External reference data are going to play an increasing role in data quality improvement and a recent trend around the world helps a lot: Governments are unlocking their data stores.
Some available initiatives in English are the US data.gov and the UK “show us a better way”.
Today I attended a “Workshop on the use of public data in the private sector” arranged by the Danish National IT and Telecom Agency as part of the similar initiative in my home country.
The initiatives around the world are a bit different in focus areas and on which data to be released depending on the administrative traditions and local privacy policies.
As an organisation you may integrate with such public reference data either directly or through services from private vendors who add value by reformatting, merging, enriching and bundling with other services. One add on service on the international scene will be supplying consistency – as far as possible – between the datasets from each country.
One way or the other public reference data will become a part of the data architecture in most organisations. Applications in the cloud will probably be (actually are) first movers in this field.
Public reference data will bring operational databases and data warehouses closer to that “one version of the truth” that we talk so much about but have so much trouble achieving and even define. Now some of the trouble can be solved by: Government says so.
Hi, I found my way here via Christian Lanng of ITST.dk who pointed to http://www.version2.dk/artikel/11455-slip-de-offentlige-data-fri where you commented. I don’t speak danish but my educated guess is you pointed out that a lot of information needs to be available in a way that interest from outside Denmark can be satisfied as well. I quite agree. There are a lot of initiatives and examples around opening up government data for free re-use by the public, but a lot of those initiatives are invisible to eachother because of language differences.
As a spin-off of my work with the Dutch government around open gov data, I am planning to start building a list of pointers (to initiatives, to data sources, to examples of reuse of data) for European countries, so that at least people know what is there. Currently finding things is the hard part. We will most likely host the list of pointers at http://ourdata.eu (but there’s nothing on-line yet. Will try and do that in the weekend)
I just posted about demographic vs. firmagraphic data – http://bit.ly/VKxdJ – and much of that is based on public information already available from governments. The two clear examples are address tables provided by government postal agencies and industry codes, but it goes beyond that depending on the country. The problem is getting the data in a usable format. I’ve found that the best firmagraphic data providers use government chamber of commerce information, e.g., Company House for UK or KvK for Netherlands (agreeing with previous comment), as their base and then build up from there.
For more, check out http://www.markgoloboy.com or find me on twitter http://www.twitter.com/markgoloboy.

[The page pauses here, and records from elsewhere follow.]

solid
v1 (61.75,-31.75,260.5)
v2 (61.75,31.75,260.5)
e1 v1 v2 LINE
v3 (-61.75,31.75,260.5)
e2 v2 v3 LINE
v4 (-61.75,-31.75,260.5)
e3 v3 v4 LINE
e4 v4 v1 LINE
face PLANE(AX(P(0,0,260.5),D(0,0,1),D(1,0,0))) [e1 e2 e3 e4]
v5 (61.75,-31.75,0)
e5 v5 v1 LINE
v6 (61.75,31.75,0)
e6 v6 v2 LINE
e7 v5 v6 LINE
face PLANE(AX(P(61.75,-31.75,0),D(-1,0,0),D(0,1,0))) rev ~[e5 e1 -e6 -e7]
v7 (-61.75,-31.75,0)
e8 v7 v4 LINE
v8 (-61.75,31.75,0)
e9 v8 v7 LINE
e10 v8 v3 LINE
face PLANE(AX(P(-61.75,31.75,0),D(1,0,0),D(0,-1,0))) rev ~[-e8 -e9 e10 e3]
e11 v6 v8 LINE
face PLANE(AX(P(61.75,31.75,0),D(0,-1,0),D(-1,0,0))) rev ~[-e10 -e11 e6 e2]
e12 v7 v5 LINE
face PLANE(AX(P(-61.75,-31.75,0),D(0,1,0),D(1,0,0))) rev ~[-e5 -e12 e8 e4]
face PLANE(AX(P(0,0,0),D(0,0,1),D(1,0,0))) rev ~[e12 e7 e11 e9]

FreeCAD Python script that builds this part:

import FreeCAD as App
import Part
import Sketcher
Q = App.Units.Quantity


def add_polygon(sketch, points):
    """Adds a closed chain of lines whose ends are joined by coincident constraints."""
    first, n = sketch.GeometryCount, len(points)
    for a, b in zip(points, points[1:] + points[:1]):
        sketch.addGeometry(Part.LineSegment(App.Vector(*a, 0), App.Vector(*b, 0)), False)
    for i in range(n):
        sketch.addConstraint(Sketcher.Constraint("Coincident", first + i, 2, first + (i + 1) % n, 1))

doc = App.newDocument("Part")
body = doc.addObject("PartDesign::Body", "Body")

# Sketch on XY plane
sketch1 = doc.addObject("Sketcher::SketchObject", "Sketch")
body.addObject(sketch1)
sketch1.AttachmentSupport = (doc.XY_Plane, [""])
sketch1.MapMode = "FlatFace"
add_polygon(sketch1, [(-62, 32), (-62, -32), (62, -32), (62, 32)])  # lines 0-3
sketch1.addConstraint(Sketcher.Constraint("Vertical", 0))
sketch1.addConstraint(Sketcher.Constraint("Horizontal", 1))
sketch1.addConstraint(Sketcher.Constraint("Vertical", 2))
sketch1.addConstraint(Sketcher.Constraint("Horizontal", 3))
sketch1.addConstraint(Sketcher.Constraint("Symmetric", 0, 2, 2, 2, -1, 1))
sketch1.addConstraint(Sketcher.Constraint("DistanceY", 0, 2, 0, 1, Q("2.5 in")))
sketch1.addConstraint(Sketcher.Constraint("DistanceX", 1, 1, 1, 2, Q("4.8622 in")))
pad1 = doc.addObject("PartDesign::Pad", "Pad")
body.addObject(pad1)
pad1.Profile = sketch1
pad1.Length = Q("10.2559055 in")

doc.recompute()
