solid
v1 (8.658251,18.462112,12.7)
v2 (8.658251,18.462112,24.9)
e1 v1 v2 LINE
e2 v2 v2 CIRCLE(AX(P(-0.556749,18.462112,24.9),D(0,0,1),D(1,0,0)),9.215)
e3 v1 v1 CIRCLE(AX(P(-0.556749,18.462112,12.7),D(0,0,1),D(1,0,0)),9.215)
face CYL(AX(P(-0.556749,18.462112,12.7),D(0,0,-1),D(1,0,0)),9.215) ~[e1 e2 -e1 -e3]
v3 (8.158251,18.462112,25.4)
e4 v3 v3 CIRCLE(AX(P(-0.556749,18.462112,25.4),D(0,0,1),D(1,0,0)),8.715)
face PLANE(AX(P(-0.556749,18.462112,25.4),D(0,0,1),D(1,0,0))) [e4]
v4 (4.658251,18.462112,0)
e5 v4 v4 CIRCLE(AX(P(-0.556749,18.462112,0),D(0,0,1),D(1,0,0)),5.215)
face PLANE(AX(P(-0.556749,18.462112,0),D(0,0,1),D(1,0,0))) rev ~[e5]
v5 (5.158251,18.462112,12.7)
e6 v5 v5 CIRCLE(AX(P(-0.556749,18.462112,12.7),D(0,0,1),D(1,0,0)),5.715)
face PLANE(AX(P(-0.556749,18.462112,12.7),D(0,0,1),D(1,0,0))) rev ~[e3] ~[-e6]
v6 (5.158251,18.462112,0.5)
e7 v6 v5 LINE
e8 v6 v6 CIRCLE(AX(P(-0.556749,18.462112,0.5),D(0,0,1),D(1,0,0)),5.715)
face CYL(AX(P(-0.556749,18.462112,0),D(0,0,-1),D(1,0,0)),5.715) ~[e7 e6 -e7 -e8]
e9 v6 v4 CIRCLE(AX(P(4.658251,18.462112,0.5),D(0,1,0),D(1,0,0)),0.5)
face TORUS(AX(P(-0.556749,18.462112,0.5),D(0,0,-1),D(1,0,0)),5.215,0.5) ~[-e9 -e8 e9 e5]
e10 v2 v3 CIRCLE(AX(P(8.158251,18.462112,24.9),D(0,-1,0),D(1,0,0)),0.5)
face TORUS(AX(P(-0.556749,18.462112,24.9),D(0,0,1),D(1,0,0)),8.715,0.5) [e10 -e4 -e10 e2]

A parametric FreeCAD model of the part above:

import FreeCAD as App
import Part
import Sketcher

V = App.Vector
Q = App.Units.Quantity


def edges_at(feature, points):
    """Names of the edges that pass closest to the given points."""
    edges = feature.Shape.Edges
    near = lambda p: min(range(len(edges)), key=lambda i: edges[i].distToShape(Part.Vertex(*p))[0])
    return sorted({f"Edge{near(p) + 1}" for p in points})

doc = App.newDocument("Part")
params = doc.addObject("Spreadsheet::Sheet", "Params")
for row, (alias, value) in enumerate([
    ("sketch1_diameter", "0.45 in"),
    ("pad1_length", "0.5 in"),
    ("pad2_length", "0.5 in"),
    ("fillet_radius", "0.5 mm"),
    ("fillet2_radius", "0.5 mm"),
], start=1):
    params.set(f"A{row}", alias)
    params.set(f"B{row}", "=" + value)
    params.setAlias(f"B{row}", alias)

body = doc.addObject("PartDesign::Body", "Body")

# Sketch on XY plane
sketch1 = body.newObject("Sketcher::SketchObject", "Sketch")
sketch1.AttachmentSupport = (doc.getObject("XY_Plane"), [""])
sketch1.MapMode = "FlatFace"
sketch1.addGeometry(Part.Circle(V(-0.556749, 18.462112, 0), V(0, 0, 1), 5.715), False)
sketch1.addConstraint(Sketcher.Constraint("Diameter", 0, Q("0.45 in")))
sketch1.addConstraint(Sketcher.Constraint("DistanceX", 0, 3, -1, 1, Q("0.556749 mm")))
sketch1.addConstraint(Sketcher.Constraint("DistanceY", -1, 1, 0, 3, Q("18.462112 mm")))
sketch1.setExpression("Constraints[0]", "Params.sketch1_diameter")
pad1 = body.newObject("PartDesign::Pad", "Pad")
pad1.Profile = sketch1
pad1.setExpression("Length", "Params.pad1_length")

# Sketch on XY plane
sketch2 = body.newObject("Sketcher::SketchObject", "Sketch001")
sketch2.AttachmentSupport = (doc.getObject("XY_Plane"), [""])
sketch2.MapMode = "FlatFace"
sketch2.AttachmentOffset = App.Placement(V(0, 0, 0.5 * 25.4), App.Rotation())
sketch2.addGeometry(Part.Circle(V(-0.556749, 18.462112, 0), V(0, 0, 1), 9.215), False)
sketch2.addConstraint(Sketcher.Constraint("Diameter", 0, Q("18.43 mm")))
sketch2.addConstraint(Sketcher.Constraint("DistanceX", 0, 3, -1, 1, Q("0.556749 mm")))
sketch2.addConstraint(Sketcher.Constraint("DistanceY", -1, 1, 0, 3, Q("18.462112 mm")))
pad2 = body.newObject("PartDesign::Pad", "Pad001")
pad2.Profile = sketch2
pad2.setExpression("Length", "Params.pad2_length")
doc.recompute()

fillet = body.newObject("PartDesign::Fillet", "Fillet")
fillet.Base = (pad2, edges_at(pad2, [(-9.772, 18.462, 25.4)]))
fillet.setExpression("Radius", "Params.fillet_radius")
doc.recompute()

fillet2 = body.newObject("PartDesign::Fillet", "Fillet001")
fillet2.Base = (fillet, edges_at(fillet, [(-6.272, 18.462, 0)]))
fillet2.setExpression("Radius", "Params.fillet2_radius")

doc.recompute()
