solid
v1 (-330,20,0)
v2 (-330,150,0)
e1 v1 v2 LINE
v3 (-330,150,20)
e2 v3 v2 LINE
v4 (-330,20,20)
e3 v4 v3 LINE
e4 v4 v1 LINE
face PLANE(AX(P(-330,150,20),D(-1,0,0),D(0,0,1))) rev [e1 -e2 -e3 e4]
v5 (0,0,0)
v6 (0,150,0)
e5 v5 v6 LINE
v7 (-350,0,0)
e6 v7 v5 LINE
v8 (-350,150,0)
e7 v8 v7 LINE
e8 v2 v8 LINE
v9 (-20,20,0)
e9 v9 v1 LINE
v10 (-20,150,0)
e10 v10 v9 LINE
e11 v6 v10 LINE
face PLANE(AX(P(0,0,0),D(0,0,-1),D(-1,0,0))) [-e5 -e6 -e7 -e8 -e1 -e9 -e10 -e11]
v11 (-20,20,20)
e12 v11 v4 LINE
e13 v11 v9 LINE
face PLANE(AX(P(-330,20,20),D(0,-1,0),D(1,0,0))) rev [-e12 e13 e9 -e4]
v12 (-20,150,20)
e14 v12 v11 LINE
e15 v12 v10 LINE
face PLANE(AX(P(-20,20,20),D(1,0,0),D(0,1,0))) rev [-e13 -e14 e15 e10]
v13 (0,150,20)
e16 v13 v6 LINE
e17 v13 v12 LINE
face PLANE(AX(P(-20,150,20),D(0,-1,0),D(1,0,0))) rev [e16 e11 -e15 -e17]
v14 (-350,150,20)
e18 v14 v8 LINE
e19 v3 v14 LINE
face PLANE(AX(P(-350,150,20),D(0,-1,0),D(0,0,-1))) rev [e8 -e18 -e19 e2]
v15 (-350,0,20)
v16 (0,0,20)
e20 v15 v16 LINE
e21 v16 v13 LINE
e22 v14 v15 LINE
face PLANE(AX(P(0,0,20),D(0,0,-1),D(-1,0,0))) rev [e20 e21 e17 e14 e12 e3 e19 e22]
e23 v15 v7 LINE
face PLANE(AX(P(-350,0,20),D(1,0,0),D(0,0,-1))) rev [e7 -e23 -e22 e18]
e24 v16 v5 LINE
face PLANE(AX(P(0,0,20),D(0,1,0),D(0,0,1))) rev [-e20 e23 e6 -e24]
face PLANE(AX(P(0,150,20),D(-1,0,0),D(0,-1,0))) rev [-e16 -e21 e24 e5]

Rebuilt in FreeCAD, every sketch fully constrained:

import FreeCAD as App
import Part
import Sketcher
from FreeCAD import Vector


def add_polygon(sketch, points):
    """Adds a closed chain of lines whose ends are joined by coincident constraints."""
    first, n = sketch.GeometryCount, len(points)
    for a, b in zip(points, points[1:] + points[:1]):
        sketch.addGeometry(Part.LineSegment(App.Vector(*a, 0), App.Vector(*b, 0)), False)
    for i in range(n):
        sketch.addConstraint(Sketcher.Constraint("Coincident", first + i, 2, first + (i + 1) % n, 1))

doc = App.newDocument("Part")
body = doc.addObject("PartDesign::Body", "Body")

# Sketch on XY plane
sketch1 = body.newObject("Sketcher::SketchObject", "Sketch")
sketch1.AttachmentSupport = (doc.getObject("XY_Plane"), [""])
sketch1.MapMode = "FlatFace"
add_polygon(sketch1, [(-350, 0), (0, 0), (0, 150), (-20, 150), (-20, 20), (-330, 20), (-330, 150), (-350, 150)])  # lines 0-7
sketch1.addConstraint(Sketcher.Constraint("Horizontal", 0))
sketch1.addConstraint(Sketcher.Constraint("Vertical", 1))
sketch1.addConstraint(Sketcher.Constraint("Horizontal", 2))
sketch1.addConstraint(Sketcher.Constraint("Vertical", 3))
sketch1.addConstraint(Sketcher.Constraint("Horizontal", 4))
sketch1.addConstraint(Sketcher.Constraint("Vertical", 5))
sketch1.addConstraint(Sketcher.Constraint("Horizontal", 6))
sketch1.addConstraint(Sketcher.Constraint("Vertical", 7))
sketch1.addConstraint(Sketcher.Constraint("Coincident", 0, 2, -1, 1))
sketch1.addConstraint(Sketcher.Constraint("Horizontal", 2, 2, 5, 2))
sketch1.addConstraint(Sketcher.Constraint("Equal", 2, 6))
sketch1.addConstraint(Sketcher.Constraint("DistanceX", 0, 1, 0, 2, 350.0))
sketch1.addConstraint(Sketcher.Constraint("DistanceX", 2, 2, 2, 1, 20.0))
sketch1.addConstraint(Sketcher.Constraint("DistanceY", 1, 1, 1, 2, 150.0))
sketch1.addConstraint(Sketcher.Constraint("DistanceY", 3, 2, 3, 1, 130.0))
pad1 = body.newObject("PartDesign::Pad", "Pad")
pad1.Profile = sketch1
pad1.Length = 20

doc.recompute()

Thanks Ton and Mark for your comments.
@Ton: Yes, I did suggest that the Danish initiative also should be documented in English (lingua franca today), like the Dutch and other initiatives where English isn’t an official language. Fortunately my suggestion has already been adapted as a possibility: http://digitaliser.dk/forum/374605 (in Danish).
@Mark: It’s very true that possibilities with public reference data already exists – and I have also worked a lot with those. I also agree with you that the quality are better when you directly or indirectly use the local government source.